The other thing which is quite instrumental in the hiring process is especially during the good times when things are going extremely well and the coffers are spilling over with cash optimism sets in within the company. The managers start thinking about the future and they just buy in to the notion that business will always be good, hence i need to be prepared with my staff. Getting more people on board becomes a top priority. Along with that, of course, the more people you have on your staff, the more powerful they will see you across the company and the higher ups will think that the manager is indispensable. Few people view your position as being worthwhile if indeed you as a manager managing only a few people instead of a few hundred or a few thousand. That is just the common perception in the society. So you open the floodgates and adds run all over the place resumes start pouring. As you are eating in the cafeteria, you see all these new people every day and you ask yourself who are these people, where did they come from and who are they working for and what do they do all day?

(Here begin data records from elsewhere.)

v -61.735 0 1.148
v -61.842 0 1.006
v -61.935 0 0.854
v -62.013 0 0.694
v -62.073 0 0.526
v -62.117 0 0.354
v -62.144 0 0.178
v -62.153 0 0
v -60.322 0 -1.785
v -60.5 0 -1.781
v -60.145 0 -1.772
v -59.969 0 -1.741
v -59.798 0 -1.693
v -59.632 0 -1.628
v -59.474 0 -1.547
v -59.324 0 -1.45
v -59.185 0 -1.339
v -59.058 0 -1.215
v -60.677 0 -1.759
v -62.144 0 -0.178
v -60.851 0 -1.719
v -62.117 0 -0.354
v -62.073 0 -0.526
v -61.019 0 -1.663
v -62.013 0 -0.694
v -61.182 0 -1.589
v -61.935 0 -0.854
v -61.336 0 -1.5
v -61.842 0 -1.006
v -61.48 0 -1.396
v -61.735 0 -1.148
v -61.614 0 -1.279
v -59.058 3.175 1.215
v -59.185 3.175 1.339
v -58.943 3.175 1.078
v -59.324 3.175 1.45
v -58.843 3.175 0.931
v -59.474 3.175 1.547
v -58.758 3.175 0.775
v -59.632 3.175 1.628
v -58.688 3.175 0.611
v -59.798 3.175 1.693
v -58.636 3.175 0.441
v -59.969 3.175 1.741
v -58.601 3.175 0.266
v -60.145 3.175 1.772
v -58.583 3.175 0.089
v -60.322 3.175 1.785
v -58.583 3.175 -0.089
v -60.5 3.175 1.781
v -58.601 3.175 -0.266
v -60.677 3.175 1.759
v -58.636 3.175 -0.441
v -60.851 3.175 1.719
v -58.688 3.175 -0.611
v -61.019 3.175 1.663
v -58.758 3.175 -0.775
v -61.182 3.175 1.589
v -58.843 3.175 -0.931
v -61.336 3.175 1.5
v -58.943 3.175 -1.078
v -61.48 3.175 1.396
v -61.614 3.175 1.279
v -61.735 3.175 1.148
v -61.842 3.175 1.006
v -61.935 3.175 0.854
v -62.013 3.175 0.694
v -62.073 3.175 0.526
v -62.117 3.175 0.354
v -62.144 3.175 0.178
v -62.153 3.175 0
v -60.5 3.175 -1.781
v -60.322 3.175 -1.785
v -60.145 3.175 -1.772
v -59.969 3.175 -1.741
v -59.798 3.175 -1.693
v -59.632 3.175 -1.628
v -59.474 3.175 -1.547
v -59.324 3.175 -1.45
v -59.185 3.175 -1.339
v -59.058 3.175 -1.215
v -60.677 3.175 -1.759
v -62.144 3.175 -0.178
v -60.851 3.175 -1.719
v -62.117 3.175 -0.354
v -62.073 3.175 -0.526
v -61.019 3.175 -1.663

The day when Elon Musk walked into the twitter office carrying a bathroom sink, I guess he was trying to make the point: let it sink in. I am going to make some drastic changes. That afternoon the entire upper management staff were fired, a few of the corner office occupants, they walked out. Yes, he had to cut down the staff and fast, but what criteria to use to do the ranking and the rating of employees? So, in this chaos, the managers were asking the people on the payroll to print and present to Elon the last 20 or 30 days of the computer code that they had written. There was this thinking that the more lines of code that you had written, the more valuable you are for the company. And that is exactly the fallacy of evaluating an employee’s performance, and the value and worth to the company. All throughout my career in Silicon Valley and elsewhere, I adopted this lean and mean philosophy I learned in my first job of hiring and firing. And of course while I did that I relied not only on my gut feelings but by soliciting different opinions from a team of my colleagues to see if the person not only can do the job but can also fit into the culture. It’s almost impossible to determine beforehand which employees will do a great job for the company regardless of how many times the applicant gets interviewed. But it is easier to determine if the potential employee will fit into the company culture and I think that is the key determinant of a successful organizational efficiency.